Mas para além disso, havia o Método Leitieres Leite, o que o levou ao mundo junto com a cultura e a musicalidade da Bahia. O Método Universo Percussivo Baiano (UPB) é fruto de mais de 30 anos de estudos sobre a presença sonora de elementos de matriz africana na sonoridade baiana. E sobre ele o filme também se debruça a partir de uma longa entrevista com o Maestro, que conta seus primeiros contatos com essa musicalidade desde sua infância em Salvador.

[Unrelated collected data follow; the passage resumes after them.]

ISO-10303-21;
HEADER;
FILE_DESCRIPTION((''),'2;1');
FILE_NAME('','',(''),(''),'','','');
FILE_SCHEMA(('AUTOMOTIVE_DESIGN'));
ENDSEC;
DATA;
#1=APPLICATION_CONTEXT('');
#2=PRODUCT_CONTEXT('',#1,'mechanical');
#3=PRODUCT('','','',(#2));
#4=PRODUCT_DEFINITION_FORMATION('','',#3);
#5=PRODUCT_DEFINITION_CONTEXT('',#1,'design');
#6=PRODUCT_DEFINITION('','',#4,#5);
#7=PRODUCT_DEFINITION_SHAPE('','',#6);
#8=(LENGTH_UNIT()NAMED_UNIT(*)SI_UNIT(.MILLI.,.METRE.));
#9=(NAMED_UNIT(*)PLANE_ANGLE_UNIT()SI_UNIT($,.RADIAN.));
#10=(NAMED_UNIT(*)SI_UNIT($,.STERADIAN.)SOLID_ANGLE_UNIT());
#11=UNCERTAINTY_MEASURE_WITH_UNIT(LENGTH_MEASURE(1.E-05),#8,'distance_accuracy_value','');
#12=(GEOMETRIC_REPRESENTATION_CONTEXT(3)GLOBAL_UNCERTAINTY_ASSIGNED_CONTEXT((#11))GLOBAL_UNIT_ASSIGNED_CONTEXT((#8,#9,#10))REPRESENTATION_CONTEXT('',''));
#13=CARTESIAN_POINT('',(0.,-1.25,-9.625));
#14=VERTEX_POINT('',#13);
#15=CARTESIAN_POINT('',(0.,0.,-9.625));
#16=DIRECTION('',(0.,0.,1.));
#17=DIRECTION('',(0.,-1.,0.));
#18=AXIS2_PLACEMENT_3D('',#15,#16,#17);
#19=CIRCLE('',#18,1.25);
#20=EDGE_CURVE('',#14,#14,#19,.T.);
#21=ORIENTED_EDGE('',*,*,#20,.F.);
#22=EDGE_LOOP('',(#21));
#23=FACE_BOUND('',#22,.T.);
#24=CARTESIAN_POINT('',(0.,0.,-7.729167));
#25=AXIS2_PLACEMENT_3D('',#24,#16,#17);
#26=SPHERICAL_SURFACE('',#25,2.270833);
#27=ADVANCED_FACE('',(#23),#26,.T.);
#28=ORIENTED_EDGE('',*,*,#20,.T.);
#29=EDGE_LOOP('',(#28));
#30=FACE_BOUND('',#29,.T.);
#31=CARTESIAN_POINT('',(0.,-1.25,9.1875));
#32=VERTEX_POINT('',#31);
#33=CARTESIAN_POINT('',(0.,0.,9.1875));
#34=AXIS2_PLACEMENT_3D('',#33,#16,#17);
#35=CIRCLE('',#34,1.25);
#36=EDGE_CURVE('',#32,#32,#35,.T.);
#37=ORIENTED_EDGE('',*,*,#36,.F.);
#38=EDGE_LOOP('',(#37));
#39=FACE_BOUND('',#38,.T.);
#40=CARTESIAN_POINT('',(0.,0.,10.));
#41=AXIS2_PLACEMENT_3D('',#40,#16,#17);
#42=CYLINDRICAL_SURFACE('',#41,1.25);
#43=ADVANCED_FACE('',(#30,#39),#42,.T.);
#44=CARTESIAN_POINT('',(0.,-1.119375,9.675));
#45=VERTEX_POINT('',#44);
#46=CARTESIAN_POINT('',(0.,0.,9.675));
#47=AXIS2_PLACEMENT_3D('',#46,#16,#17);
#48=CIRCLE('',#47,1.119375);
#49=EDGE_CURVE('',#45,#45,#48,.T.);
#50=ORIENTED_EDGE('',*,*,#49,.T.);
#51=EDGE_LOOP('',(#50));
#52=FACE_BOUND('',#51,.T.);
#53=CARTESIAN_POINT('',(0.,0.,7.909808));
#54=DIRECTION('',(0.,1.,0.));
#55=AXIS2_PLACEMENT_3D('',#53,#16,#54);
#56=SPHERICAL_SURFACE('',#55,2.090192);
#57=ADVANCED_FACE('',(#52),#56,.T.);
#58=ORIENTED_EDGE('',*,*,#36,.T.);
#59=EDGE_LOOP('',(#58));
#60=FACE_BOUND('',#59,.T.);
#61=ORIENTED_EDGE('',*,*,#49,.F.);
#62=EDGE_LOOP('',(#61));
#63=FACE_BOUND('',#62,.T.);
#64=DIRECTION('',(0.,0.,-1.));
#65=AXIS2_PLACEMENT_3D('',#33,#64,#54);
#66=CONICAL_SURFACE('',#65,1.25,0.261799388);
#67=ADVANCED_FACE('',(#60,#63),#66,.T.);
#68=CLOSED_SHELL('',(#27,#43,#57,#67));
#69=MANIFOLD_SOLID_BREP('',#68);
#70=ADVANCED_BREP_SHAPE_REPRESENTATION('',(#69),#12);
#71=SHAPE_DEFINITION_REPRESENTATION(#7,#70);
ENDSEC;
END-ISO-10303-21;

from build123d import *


with BuildPart() as part:
    # Sketch3 → Revolve1 (revolve)
    with BuildSketch(Plane(origin=(0, 0, 0), x_dir=(0, 0, -1), z_dir=(1, 0, 0)), mode=Mode.PRIVATE) as revolve1_sk:
        with BuildLine():
            Line((-10, 0), (10, 0))
            ThreePointArc((10, 0), (9.904230523, 0.652519157), (9.625, 1.25))
            Line((9.625, 1.25), (-9.1875, 1.25))
            Line((-9.1875, 1.25), (-9.675, 1.119374769))
            ThreePointArc((-9.675, 1.119374769), (-9.917106283, 0.582800324), (-10, 0))
        make_face()
    revolve(revolve1_sk.sketch.rotate(Axis((0, 0, 10), (0, 0, -1)), 180), axis=Axis((0, 0, 10), (0, 0, -1)))


solid = part.part
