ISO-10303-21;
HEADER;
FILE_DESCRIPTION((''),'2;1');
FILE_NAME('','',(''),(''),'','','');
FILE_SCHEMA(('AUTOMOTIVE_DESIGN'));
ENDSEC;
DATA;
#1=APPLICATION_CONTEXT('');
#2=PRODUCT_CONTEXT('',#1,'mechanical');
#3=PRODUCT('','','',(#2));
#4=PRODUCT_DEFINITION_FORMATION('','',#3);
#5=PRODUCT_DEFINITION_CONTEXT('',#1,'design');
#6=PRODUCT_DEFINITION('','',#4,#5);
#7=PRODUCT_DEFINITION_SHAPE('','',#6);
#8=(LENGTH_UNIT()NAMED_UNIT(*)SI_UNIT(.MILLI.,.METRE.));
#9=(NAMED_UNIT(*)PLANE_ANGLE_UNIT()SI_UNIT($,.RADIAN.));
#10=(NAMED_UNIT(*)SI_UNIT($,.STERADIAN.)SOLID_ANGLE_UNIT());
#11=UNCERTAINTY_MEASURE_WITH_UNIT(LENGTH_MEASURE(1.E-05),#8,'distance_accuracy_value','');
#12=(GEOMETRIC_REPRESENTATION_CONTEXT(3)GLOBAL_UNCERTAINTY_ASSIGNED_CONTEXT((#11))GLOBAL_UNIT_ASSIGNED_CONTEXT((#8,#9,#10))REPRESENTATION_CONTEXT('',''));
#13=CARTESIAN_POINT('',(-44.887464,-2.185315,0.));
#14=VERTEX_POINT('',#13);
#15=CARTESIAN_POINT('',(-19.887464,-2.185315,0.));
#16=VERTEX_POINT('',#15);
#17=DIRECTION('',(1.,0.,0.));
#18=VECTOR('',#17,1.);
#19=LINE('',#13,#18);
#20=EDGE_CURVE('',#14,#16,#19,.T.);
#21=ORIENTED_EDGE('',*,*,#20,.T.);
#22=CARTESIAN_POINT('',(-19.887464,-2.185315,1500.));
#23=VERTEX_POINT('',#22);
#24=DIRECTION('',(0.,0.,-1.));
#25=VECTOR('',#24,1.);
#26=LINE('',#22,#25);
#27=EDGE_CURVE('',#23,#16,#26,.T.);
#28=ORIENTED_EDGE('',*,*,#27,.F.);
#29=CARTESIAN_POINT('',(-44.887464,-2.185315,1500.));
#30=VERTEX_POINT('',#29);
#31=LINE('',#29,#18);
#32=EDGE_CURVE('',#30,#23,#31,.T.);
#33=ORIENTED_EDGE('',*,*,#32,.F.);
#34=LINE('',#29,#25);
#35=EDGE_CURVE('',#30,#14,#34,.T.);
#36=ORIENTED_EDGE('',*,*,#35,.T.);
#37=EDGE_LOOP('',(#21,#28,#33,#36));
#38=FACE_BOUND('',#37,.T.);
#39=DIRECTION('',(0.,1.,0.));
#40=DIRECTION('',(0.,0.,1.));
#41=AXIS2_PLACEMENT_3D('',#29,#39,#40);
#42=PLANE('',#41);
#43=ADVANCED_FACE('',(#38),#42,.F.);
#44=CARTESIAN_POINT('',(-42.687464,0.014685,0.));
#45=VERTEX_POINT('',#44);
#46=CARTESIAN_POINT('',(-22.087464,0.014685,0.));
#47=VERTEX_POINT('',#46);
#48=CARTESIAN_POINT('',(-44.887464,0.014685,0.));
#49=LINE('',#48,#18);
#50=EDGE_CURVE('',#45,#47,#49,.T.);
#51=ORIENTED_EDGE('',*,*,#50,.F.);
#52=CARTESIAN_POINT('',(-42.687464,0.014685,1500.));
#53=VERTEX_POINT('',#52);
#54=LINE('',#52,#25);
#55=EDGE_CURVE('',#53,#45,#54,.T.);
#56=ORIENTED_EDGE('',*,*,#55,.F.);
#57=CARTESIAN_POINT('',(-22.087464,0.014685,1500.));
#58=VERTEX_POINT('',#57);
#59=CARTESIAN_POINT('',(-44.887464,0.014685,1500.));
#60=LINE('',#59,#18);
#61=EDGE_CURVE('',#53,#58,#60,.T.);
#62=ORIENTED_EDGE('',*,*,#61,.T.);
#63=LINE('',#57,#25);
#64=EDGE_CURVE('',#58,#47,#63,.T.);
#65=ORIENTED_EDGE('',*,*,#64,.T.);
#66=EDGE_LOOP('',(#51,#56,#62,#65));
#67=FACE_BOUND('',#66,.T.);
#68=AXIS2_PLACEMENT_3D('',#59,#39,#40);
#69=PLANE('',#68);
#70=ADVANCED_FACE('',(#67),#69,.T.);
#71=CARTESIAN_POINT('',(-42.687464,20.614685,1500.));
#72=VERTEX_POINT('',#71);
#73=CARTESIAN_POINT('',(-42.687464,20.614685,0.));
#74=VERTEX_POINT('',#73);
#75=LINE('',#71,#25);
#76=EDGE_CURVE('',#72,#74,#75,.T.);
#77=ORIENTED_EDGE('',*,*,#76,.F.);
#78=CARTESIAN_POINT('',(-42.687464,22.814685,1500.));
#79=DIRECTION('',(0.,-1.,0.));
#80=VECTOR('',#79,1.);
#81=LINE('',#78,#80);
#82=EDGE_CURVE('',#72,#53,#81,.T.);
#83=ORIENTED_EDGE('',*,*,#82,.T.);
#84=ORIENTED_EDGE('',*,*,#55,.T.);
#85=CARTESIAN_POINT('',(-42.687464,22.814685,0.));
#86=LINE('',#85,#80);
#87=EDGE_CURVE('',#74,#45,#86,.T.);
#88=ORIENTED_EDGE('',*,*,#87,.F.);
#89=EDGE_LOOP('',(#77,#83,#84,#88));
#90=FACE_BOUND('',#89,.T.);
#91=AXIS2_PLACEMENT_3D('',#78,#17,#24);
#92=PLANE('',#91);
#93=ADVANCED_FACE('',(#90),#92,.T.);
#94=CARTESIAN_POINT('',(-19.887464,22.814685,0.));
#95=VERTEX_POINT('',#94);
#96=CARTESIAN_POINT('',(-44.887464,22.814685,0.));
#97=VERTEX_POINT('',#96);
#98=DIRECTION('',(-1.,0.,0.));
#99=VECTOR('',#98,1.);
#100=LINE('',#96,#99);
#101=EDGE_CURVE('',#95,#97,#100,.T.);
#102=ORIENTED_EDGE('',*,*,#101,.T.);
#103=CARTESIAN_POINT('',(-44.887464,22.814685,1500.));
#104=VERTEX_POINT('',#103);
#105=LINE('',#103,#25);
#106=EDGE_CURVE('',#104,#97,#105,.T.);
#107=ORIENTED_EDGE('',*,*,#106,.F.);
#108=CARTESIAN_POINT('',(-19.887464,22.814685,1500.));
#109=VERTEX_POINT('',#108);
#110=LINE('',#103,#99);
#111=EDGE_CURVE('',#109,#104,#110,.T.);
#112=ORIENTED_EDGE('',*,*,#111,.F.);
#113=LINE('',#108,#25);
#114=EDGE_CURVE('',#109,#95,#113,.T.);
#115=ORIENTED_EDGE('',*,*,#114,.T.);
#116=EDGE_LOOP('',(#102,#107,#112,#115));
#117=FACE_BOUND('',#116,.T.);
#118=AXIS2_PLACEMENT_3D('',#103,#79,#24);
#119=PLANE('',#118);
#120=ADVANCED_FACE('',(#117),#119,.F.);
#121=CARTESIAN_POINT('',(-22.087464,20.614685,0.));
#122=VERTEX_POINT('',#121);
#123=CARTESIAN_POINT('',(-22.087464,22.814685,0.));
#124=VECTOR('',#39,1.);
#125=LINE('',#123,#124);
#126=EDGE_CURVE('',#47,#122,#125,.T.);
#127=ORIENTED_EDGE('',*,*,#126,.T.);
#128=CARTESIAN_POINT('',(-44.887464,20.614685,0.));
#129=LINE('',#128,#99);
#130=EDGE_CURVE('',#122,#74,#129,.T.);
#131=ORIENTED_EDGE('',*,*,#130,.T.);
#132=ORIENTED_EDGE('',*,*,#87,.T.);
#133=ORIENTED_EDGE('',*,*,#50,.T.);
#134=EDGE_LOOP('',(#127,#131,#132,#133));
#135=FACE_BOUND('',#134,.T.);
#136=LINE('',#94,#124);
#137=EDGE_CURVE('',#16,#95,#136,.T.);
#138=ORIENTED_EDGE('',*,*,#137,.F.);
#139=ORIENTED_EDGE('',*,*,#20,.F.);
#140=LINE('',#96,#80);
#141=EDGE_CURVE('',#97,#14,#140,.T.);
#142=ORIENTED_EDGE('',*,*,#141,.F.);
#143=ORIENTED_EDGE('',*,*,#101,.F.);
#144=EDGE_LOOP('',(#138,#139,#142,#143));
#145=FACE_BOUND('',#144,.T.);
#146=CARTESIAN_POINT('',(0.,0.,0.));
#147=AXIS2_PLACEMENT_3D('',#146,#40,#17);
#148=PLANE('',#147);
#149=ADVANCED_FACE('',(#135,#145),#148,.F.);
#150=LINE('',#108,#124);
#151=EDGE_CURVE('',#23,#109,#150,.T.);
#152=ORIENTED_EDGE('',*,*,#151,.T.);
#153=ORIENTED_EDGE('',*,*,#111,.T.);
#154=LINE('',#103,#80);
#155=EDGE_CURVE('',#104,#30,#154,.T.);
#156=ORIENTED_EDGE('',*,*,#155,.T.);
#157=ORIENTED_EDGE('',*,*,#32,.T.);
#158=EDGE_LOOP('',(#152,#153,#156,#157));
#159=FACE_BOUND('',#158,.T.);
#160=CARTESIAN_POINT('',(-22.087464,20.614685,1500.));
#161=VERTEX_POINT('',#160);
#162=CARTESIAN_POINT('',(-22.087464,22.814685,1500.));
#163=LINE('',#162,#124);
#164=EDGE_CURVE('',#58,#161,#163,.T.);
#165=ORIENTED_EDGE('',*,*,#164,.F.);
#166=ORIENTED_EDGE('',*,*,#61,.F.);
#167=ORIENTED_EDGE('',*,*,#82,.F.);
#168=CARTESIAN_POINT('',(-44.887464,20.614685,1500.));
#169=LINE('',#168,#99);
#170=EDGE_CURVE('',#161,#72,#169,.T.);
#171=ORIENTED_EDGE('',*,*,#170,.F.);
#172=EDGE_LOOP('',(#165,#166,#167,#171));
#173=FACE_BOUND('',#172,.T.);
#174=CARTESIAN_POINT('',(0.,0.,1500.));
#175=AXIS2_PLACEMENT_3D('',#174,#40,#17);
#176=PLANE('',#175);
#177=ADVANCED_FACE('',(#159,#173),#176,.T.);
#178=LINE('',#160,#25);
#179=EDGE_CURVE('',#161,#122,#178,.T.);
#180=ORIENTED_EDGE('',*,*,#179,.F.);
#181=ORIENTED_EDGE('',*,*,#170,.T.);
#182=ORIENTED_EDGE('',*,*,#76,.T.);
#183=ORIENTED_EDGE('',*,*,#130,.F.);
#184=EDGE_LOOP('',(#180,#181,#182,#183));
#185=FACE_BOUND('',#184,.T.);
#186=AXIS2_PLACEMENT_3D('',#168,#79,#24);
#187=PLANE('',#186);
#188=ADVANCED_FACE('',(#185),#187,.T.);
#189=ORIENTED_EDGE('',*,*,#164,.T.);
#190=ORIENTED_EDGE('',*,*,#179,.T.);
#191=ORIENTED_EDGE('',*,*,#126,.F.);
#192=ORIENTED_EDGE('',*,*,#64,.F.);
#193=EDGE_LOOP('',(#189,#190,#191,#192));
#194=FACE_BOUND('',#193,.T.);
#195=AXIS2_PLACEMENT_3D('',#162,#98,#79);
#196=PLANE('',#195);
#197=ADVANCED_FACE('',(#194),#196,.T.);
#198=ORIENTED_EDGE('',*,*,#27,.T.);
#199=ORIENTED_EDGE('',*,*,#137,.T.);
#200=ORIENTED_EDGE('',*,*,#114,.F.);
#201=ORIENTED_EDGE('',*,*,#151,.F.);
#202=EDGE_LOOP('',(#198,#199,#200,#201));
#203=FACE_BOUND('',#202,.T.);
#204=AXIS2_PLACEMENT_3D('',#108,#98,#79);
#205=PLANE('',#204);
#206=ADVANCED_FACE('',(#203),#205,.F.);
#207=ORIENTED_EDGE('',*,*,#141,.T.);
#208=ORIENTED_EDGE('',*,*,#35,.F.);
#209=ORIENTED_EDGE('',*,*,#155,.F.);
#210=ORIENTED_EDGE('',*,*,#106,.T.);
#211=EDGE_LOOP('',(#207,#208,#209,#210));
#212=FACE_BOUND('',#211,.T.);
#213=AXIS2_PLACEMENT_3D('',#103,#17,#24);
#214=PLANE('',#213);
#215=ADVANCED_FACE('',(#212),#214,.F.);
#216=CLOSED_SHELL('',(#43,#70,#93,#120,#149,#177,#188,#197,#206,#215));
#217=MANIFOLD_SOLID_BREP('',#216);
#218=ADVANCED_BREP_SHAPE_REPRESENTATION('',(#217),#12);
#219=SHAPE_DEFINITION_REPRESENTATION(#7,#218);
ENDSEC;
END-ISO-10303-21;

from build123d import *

# Parameters (mm, degrees)
SKETCH_1_W      = 25
SKETCH_1_H      = 25
SKETCH_1_W_2    = 20.6
SKETCH_1_H_2    = 20.6
EXTRUDE_1_DEPTH = 1500


with BuildPart() as part:
    # Эскиз1 → Вытянуть-Тонкостенный1 (new body)
    with BuildSketch(Plane.XY):
        with Locations((-32.387463795, 10.314685315)):
            Rectangle(SKETCH_1_W, SKETCH_1_H)
        with Locations((-32.387463795, 10.314685315)):
            Rectangle(SKETCH_1_W_2, SKETCH_1_H_2, mode=Mode.SUBTRACT)
    extrude(amount=EXTRUDE_1_DEPTH)


solid = part.part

“Encarei a montagem como uma experiência quase espiritual. Ouvir suas últimas entrevistas, decidir o que dessas longas conversas permaneceria no filme, pedir licença — ainda que simbolicamente — para decupar, selecionar e cortar seus depoimentos. Nunca me emocionei tanto editando um material. Cada avanço, cada recuo na montagem parecia exigir um gesto de cuidado diante da memória do Maestro. Depois disso, nenhuma música soava da mesma maneira”, lembra Iris.
Para Sena, “é uma honra prestar essa homenagem ao saudoso Letieres Leite, uma personalidade que sempre fez questão de afirmar seu legado, construído ao longo de uma vida dedicada à aprimoração e divulgação da música baiana, suas referências ancestrais e legitimidade. Um músico que traduziu em sua trajetória a inquietação de pesquisa e execução. Uma mente e corpo que não paravam”, lembra Day.
“O filme convida o espectador a revisitar arquivos sob outras perspectivas, a descobrir camadas, acessar memórias e aprender. Seguimos aprendendo com Letieres — esse músico profundamente baiano, que também forjou sua musicalidade em diálogo com outros territórios. Cabe a esta travessia não apenas preservar suas palavras, mas também lançar ao mundo novas possibilidades de encontro com elas”, conclui Iris de Oliveira.
Abrindo o ano de 2026, chegou a vez dos soteropolitanos assistirem ao filme, no encerramento da 21ª edição do Panorama Internacional Coisa de Cinema, dia 1º de abril, no Cine Glauber Rocha. Haverá debate após a sessão:
18:00 – Sessão de encerramento
“As travessias de Letieres Leite”
Documentário / 84’ / 2026 / Cor / BA / Livre
Leitieres e Fabrício Mota
Day Sena: do primeiro longa ao primeiro curta
Diretora, coordenadora de Produção, Day tem formação técnica em Direção para TV pelo SENAC SP, graduação em Comunicação e pós em Marketing Estratégico e Docência do Ensino Superior.
Como proprietária e diretora da Salamandra Produções, já dirigiu mais de 80 programas de TV, sendo premiada 2 vezes no Festival de Gramado Cine Vídeo, e obras documentais. Atua na consultoria de projetos nacionais e internacionais, uma carreira extensa, reconhecida e em franca ascensão, pois vem aí seu primeiro Curta-Metragem.